■ Input data ■
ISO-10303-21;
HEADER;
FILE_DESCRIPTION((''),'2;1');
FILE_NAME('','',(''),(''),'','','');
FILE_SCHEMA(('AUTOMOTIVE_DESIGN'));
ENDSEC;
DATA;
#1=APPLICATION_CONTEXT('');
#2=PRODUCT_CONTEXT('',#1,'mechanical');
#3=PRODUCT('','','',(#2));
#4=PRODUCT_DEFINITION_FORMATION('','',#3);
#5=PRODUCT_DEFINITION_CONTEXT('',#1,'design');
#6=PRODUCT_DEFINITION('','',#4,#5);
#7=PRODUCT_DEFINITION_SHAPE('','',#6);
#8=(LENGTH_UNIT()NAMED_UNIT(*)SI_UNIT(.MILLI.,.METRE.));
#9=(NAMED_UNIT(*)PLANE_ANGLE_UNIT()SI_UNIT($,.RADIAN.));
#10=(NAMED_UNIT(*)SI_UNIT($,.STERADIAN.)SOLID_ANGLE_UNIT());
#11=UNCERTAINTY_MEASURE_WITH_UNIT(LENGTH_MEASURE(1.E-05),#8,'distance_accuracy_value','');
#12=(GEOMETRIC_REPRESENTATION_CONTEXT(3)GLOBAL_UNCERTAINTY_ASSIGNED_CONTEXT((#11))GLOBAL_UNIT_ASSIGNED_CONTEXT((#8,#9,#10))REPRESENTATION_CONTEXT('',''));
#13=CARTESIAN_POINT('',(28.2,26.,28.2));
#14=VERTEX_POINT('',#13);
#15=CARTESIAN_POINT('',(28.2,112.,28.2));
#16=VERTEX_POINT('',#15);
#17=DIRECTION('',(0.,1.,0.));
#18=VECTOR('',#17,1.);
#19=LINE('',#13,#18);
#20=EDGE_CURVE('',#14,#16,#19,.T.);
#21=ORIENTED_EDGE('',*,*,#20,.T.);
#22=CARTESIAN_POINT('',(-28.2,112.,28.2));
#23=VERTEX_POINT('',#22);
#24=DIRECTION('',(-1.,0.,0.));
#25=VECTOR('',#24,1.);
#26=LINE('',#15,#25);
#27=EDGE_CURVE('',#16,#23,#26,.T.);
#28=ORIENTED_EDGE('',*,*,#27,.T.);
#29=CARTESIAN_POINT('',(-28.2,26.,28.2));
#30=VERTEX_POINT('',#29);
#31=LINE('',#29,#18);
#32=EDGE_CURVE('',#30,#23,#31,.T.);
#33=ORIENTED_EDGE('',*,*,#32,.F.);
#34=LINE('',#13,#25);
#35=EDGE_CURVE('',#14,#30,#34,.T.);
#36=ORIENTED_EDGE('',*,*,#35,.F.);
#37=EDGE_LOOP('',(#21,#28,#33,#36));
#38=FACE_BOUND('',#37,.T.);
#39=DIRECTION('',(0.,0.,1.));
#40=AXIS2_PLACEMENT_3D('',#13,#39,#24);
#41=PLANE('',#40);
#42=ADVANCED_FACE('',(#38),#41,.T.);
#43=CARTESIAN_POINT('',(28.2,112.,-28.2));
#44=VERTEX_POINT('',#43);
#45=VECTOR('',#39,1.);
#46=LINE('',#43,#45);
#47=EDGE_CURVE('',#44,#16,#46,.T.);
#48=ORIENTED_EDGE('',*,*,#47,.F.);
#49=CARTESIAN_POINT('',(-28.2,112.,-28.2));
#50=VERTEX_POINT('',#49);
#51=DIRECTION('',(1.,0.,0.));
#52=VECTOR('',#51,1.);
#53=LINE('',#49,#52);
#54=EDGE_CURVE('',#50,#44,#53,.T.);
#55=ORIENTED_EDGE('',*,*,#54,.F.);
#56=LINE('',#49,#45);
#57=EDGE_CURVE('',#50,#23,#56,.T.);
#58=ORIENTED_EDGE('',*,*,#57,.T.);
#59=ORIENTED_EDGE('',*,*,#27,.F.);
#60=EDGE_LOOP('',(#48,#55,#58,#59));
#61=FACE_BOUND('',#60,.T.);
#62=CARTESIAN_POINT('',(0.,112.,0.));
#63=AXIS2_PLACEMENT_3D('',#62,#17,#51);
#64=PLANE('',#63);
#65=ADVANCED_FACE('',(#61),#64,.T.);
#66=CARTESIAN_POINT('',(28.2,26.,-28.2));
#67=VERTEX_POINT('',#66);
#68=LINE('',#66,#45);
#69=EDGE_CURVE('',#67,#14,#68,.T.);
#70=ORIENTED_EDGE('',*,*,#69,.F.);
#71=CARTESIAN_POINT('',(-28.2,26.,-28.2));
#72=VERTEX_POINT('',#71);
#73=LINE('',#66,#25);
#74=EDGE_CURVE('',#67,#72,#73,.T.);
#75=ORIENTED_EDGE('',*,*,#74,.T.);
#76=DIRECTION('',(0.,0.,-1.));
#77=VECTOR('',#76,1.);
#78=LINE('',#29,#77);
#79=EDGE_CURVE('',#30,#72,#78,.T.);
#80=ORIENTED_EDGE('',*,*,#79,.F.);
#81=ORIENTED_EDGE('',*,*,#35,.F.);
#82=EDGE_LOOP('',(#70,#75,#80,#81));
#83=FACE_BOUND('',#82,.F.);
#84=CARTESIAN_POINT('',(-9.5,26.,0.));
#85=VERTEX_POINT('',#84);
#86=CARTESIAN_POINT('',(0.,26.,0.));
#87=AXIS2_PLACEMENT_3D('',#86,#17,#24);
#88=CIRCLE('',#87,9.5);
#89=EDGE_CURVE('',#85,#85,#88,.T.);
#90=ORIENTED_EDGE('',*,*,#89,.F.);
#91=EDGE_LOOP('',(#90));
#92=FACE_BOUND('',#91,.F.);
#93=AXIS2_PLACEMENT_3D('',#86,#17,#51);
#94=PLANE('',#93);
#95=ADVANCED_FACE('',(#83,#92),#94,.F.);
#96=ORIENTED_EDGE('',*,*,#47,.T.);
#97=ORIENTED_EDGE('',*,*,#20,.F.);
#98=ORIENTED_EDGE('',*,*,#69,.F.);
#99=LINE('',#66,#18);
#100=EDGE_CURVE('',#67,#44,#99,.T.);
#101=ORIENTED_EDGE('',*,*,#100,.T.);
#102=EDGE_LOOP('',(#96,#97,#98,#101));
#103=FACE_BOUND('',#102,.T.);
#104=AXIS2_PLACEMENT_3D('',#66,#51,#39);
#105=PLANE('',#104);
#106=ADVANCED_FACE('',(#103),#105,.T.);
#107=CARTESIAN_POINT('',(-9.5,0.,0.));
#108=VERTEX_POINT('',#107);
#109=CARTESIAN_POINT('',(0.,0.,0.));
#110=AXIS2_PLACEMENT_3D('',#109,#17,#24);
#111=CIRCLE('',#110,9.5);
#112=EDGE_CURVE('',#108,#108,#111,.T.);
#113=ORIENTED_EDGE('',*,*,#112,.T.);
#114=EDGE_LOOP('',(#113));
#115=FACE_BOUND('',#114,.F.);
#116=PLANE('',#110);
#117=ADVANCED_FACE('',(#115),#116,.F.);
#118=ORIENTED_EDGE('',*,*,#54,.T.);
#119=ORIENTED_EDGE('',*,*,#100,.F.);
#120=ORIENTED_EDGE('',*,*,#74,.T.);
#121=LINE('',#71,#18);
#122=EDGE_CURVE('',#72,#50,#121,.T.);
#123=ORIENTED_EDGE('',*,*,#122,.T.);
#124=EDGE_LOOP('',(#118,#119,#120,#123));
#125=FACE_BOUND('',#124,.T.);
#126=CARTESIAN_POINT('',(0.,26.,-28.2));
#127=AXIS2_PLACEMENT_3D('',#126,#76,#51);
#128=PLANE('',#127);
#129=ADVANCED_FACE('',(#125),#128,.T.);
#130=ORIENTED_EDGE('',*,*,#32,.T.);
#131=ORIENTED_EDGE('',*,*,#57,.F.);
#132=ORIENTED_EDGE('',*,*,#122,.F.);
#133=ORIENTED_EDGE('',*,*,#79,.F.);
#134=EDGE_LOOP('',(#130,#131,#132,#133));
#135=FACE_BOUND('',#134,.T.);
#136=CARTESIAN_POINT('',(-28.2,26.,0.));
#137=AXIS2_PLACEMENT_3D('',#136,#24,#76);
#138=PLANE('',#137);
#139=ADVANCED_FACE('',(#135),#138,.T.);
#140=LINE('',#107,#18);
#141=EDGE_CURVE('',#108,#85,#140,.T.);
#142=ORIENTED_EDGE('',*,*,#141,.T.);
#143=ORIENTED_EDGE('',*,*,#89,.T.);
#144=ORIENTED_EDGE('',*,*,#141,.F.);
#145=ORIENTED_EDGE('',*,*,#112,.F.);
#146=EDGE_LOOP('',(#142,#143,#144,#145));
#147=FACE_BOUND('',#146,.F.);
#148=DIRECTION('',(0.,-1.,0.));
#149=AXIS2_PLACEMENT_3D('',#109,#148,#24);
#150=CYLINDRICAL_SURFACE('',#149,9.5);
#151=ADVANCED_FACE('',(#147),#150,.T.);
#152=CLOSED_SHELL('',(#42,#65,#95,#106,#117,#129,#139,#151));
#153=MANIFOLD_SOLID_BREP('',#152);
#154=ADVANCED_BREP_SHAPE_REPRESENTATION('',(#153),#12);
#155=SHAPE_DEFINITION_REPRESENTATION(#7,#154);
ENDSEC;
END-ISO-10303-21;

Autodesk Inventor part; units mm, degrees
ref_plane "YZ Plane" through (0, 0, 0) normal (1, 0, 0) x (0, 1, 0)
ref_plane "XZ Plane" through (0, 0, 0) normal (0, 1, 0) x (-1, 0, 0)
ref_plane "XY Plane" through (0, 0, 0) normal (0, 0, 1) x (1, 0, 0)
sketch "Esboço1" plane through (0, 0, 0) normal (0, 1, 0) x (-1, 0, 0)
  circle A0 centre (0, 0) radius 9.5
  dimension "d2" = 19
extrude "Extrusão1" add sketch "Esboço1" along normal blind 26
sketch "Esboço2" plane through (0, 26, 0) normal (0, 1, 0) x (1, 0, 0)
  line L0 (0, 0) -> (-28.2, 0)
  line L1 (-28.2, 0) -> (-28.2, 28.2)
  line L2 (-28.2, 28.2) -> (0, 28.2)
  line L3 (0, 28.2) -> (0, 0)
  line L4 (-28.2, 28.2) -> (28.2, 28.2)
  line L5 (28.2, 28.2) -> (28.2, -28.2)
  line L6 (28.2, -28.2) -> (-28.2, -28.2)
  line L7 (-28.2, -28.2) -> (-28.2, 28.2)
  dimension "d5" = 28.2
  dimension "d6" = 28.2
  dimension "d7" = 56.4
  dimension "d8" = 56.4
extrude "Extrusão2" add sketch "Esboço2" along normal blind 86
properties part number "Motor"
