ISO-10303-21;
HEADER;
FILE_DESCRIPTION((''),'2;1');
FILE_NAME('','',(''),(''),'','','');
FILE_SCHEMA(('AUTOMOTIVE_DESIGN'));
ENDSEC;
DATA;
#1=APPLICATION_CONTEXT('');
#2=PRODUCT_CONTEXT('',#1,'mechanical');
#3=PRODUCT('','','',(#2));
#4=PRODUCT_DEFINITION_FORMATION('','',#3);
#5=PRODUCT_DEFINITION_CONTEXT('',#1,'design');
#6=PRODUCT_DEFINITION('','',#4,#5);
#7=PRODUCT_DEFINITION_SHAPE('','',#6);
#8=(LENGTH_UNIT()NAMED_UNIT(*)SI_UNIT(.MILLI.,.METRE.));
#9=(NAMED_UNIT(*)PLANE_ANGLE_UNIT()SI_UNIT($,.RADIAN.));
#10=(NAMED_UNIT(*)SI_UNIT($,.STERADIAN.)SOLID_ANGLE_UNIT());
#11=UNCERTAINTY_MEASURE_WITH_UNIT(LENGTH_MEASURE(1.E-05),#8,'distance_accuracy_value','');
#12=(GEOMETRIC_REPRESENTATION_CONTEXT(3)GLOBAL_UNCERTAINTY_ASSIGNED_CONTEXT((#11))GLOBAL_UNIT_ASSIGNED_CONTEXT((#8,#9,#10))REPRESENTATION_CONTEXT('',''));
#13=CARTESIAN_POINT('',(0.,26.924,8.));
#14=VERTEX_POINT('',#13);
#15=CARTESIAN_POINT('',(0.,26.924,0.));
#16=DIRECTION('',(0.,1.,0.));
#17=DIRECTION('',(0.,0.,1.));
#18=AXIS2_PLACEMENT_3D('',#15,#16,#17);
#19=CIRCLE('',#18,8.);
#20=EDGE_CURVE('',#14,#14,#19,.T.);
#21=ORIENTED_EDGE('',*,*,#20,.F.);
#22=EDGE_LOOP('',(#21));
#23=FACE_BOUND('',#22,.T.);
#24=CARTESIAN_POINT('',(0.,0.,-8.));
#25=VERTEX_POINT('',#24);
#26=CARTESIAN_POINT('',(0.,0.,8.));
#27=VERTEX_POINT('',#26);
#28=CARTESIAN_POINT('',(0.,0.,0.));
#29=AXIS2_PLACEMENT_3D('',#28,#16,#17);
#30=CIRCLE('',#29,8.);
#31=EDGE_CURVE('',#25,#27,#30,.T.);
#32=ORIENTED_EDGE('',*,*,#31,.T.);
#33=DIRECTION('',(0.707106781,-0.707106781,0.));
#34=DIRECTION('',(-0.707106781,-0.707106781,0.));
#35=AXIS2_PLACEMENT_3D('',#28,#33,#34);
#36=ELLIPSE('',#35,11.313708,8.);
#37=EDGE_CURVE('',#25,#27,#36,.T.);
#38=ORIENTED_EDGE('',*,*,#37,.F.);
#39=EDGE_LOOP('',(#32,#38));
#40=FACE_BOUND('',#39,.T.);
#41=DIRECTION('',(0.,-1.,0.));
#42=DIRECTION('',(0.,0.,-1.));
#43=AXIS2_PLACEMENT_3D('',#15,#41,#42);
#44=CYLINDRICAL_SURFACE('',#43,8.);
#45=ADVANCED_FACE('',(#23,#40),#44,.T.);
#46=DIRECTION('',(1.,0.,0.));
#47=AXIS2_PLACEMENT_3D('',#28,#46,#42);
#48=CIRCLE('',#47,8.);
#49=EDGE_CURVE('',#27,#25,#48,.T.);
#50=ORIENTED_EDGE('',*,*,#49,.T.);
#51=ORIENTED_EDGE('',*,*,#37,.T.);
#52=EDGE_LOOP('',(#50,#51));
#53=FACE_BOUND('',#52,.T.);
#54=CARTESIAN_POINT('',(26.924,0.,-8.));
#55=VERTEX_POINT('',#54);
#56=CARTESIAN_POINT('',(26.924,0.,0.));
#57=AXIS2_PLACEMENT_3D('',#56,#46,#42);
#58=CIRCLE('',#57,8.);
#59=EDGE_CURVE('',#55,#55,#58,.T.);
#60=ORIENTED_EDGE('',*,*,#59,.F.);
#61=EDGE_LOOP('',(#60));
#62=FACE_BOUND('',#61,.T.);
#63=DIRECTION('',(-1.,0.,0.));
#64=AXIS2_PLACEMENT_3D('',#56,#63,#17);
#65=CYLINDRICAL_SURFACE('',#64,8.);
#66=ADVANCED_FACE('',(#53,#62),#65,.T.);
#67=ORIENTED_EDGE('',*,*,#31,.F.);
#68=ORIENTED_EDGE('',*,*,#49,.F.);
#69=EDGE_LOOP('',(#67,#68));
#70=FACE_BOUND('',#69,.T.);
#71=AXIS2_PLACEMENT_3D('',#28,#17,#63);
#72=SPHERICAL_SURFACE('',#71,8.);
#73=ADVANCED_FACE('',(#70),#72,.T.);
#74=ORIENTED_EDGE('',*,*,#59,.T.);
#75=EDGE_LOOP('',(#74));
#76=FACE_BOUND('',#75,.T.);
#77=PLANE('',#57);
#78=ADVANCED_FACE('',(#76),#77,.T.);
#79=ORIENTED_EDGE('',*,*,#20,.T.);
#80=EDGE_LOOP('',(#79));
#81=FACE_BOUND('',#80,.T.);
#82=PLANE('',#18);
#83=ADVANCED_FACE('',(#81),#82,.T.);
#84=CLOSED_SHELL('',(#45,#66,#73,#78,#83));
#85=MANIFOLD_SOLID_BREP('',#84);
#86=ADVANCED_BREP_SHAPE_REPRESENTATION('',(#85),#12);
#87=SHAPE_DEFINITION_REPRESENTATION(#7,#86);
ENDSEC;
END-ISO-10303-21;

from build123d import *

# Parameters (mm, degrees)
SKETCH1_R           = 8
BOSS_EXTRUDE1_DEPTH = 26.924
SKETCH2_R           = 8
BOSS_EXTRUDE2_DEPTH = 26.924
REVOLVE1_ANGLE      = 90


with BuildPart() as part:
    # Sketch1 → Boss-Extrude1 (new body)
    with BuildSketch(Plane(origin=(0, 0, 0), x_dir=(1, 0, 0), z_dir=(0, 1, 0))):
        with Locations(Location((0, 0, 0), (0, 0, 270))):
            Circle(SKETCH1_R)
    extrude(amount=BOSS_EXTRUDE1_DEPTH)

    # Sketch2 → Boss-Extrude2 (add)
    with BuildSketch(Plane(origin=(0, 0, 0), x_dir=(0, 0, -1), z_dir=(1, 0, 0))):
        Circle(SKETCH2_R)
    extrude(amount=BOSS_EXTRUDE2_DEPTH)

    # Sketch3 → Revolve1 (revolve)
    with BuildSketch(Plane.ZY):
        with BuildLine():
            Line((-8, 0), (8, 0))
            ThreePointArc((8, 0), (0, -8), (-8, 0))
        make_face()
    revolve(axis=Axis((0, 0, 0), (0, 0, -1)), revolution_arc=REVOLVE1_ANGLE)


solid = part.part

■ What you have to do ■
In the records above, collect each line with "VECTOR".

■ Exercise result ■
#18=VECTOR('',#17,1.);
#25=VECTOR('',#24,1.);
#45=VECTOR('',#39,1.);
#52=VECTOR('',#51,1.);
#77=VECTOR('',#76,1.);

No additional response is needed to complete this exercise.